**TASK INSTRUCTIONS**.
Begin at the line containing "#74=ADVANCED_FACE('',(#72),#73,.F.);" in the data below and go on through the line containing "#90=ORIENTED_EDGE('',*,*,#68,.T.);", repeating each line exactly; include both ends and no other line.

(DATA PROVIDED)

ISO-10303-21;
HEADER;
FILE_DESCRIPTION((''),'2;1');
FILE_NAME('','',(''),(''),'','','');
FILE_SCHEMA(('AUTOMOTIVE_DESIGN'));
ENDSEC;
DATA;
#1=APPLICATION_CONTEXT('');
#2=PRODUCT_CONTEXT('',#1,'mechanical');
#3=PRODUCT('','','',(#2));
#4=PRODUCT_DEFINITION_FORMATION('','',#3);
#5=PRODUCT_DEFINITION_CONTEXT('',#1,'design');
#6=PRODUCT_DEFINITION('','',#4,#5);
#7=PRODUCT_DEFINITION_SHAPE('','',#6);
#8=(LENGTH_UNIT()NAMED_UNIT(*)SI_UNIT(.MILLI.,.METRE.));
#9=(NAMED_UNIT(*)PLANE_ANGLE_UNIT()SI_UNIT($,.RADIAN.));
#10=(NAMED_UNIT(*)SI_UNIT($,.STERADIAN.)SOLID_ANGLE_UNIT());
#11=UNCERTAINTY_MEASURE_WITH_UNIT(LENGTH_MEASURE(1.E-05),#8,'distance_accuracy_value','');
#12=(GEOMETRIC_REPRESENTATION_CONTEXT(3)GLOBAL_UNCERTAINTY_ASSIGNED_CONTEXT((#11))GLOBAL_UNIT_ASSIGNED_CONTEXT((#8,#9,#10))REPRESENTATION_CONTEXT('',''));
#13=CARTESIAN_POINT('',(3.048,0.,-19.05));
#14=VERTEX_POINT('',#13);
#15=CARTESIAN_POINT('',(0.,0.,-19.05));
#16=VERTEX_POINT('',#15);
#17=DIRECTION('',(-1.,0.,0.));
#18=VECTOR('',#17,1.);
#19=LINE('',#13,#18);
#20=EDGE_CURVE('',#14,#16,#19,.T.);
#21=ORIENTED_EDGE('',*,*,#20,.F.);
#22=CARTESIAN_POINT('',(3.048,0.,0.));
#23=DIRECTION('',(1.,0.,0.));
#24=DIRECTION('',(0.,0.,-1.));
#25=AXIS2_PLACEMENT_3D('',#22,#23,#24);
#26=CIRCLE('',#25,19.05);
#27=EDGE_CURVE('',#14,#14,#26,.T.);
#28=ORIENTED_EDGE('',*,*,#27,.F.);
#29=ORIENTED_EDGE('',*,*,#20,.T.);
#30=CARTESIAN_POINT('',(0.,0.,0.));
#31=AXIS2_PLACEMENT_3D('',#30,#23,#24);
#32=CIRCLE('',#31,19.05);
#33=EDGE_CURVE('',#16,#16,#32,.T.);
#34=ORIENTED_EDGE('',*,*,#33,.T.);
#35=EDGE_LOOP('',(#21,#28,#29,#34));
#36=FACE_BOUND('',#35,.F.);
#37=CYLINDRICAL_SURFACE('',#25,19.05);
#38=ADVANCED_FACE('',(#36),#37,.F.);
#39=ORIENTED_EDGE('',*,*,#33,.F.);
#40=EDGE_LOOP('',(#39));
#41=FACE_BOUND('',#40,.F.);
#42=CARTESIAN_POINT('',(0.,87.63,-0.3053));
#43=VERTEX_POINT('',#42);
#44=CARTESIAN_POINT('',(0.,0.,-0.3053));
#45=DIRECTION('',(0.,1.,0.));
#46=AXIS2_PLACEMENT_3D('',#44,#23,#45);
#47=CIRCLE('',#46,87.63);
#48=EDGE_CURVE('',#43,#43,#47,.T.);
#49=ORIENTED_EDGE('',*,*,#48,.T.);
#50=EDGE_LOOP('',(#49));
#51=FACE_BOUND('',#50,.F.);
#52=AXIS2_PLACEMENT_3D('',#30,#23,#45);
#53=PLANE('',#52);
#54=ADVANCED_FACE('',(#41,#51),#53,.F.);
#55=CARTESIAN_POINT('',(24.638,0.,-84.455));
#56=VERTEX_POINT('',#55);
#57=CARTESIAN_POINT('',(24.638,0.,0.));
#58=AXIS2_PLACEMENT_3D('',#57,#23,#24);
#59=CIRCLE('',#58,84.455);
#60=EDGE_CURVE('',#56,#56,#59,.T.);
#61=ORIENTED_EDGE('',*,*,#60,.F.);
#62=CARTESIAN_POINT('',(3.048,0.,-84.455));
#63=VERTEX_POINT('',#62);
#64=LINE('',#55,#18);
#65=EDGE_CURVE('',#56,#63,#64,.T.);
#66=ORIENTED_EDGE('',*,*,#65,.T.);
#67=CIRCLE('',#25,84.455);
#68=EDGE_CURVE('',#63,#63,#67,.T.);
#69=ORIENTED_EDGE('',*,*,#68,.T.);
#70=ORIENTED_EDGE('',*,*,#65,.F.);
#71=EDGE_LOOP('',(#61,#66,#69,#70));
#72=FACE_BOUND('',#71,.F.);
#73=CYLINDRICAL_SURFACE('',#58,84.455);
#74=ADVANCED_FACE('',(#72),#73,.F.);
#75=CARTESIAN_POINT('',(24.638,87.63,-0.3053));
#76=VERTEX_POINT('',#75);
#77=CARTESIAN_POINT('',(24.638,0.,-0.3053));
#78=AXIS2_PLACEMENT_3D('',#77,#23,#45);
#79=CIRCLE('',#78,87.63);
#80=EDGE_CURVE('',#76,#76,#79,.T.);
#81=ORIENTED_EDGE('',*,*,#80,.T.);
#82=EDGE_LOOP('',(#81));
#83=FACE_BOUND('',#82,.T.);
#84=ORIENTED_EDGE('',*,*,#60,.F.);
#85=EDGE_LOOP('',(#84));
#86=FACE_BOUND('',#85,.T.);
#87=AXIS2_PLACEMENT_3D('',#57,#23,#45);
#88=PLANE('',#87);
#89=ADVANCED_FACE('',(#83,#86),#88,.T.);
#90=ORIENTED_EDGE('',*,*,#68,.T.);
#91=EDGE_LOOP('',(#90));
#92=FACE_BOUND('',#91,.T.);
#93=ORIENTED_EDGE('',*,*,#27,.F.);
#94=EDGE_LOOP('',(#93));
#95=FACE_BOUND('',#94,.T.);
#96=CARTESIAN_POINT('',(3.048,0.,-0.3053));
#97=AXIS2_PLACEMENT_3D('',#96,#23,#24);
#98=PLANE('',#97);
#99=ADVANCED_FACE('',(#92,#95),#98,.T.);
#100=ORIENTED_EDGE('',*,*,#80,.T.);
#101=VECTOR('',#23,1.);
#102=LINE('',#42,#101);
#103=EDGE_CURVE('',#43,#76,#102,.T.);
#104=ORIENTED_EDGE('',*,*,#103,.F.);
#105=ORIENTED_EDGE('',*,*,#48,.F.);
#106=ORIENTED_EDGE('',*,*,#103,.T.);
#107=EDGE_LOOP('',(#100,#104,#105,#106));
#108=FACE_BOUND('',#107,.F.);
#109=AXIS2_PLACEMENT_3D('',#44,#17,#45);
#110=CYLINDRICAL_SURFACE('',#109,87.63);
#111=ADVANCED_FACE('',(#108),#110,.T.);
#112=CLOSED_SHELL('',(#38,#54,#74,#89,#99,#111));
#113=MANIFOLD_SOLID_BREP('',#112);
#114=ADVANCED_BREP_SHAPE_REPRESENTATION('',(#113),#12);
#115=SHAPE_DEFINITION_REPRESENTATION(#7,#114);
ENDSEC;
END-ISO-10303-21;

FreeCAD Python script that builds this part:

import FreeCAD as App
import Part
import Sketcher
Q = App.Units.Quantity

doc = App.newDocument("Part")
body = doc.addObject("PartDesign::Body", "Body")

sketch1 = doc.addObject("Sketcher::SketchObject", "Sketch")
body.addObject(sketch1)
sketch1.AttachmentSupport = (doc.YZ_Plane, [""])
sketch1.MapMode = "FlatFace"
sketch1.addGeometry(Part.Circle(App.Vector(0, 0, 0), App.Vector(0, 0, 1), 88), False)
sketch1.addConstraint([
    Sketcher.Constraint("PointOnObject", 0, 3, -2),
    Sketcher.Constraint("Diameter", 0, Q("6.9 in")),
    Sketcher.Constraint("DistanceY", 0, 3, -1, 1, 0.3053),
])
pad1 = doc.addObject("PartDesign::Pad", "Pad")
body.addObject(pad1)
pad1.Profile = sketch1
pad1.Length = Q("0.97 in")

sketch2 = doc.addObject("Sketcher::SketchObject", "Sketch001")
body.addObject(sketch2)
sketch2.AttachmentSupport = (doc.YZ_Plane, [""])
sketch2.MapMode = "FlatFace"
sketch2.AttachmentOffset = App.Placement(App.Vector(0, 0, 0.97 * 25.4), App.Rotation())
sketch2.addGeometry(Part.Circle(App.Vector(0, 0, 0), App.Vector(0, 0, 1), 84), False)
sketch2.addConstraint([
    Sketcher.Constraint("Coincident", 0, 3, -1, 1),
    Sketcher.Constraint("Diameter", 0, Q("6.65 in")),
])
pocket1 = doc.addObject("PartDesign::Pocket", "Pocket")
body.addObject(pocket1)
pocket1.Profile = sketch2
pocket1.Length = Q("0.85 in")

sketch3 = doc.addObject("Sketcher::SketchObject", "Sketch002")
body.addObject(sketch3)
sketch3.AttachmentSupport = (doc.YZ_Plane, [""])
sketch3.MapMode = "FlatFace"
sketch3.AttachmentOffset = App.Placement(App.Vector(0, 0, 0.12 * 25.4), App.Rotation())
sketch3.addGeometry(Part.Circle(App.Vector(0, 0, 0), App.Vector(0, 0, 1), 19), False)
sketch3.addConstraint([
    Sketcher.Constraint("Coincident", 0, 3, -1, 1),
    Sketcher.Constraint("Diameter", 0, Q("1.5 in")),
])
pocket2 = doc.addObject("PartDesign::Pocket", "Pocket001")
body.addObject(pocket2)
pocket2.Profile = sketch3
pocket2.Type = "UpToFirst"

doc.recompute()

(End DATA PROVIDED)

**SOLUTION TO THE EXERCISE**.
#74=ADVANCED_FACE('',(#72),#73,.F.);
#75=CARTESIAN_POINT('',(24.638,87.63,-0.3053));
#76=VERTEX_POINT('',#75);
#77=CARTESIAN_POINT('',(24.638,0.,-0.3053));
#78=AXIS2_PLACEMENT_3D('',#77,#23,#45);
#79=CIRCLE('',#78,87.63);
#80=EDGE_CURVE('',#76,#76,#79,.T.);
#81=ORIENTED_EDGE('',*,*,#80,.T.);
#82=EDGE_LOOP('',(#81));
#83=FACE_BOUND('',#82,.T.);
#84=ORIENTED_EDGE('',*,*,#60,.F.);
#85=EDGE_LOOP('',(#84));
#86=FACE_BOUND('',#85,.T.);
#87=AXIS2_PLACEMENT_3D('',#57,#23,#45);
#88=PLANE('',#87);
#89=ADVANCED_FACE('',(#83,#86),#88,.T.);
#90=ORIENTED_EDGE('',*,*,#68,.T.);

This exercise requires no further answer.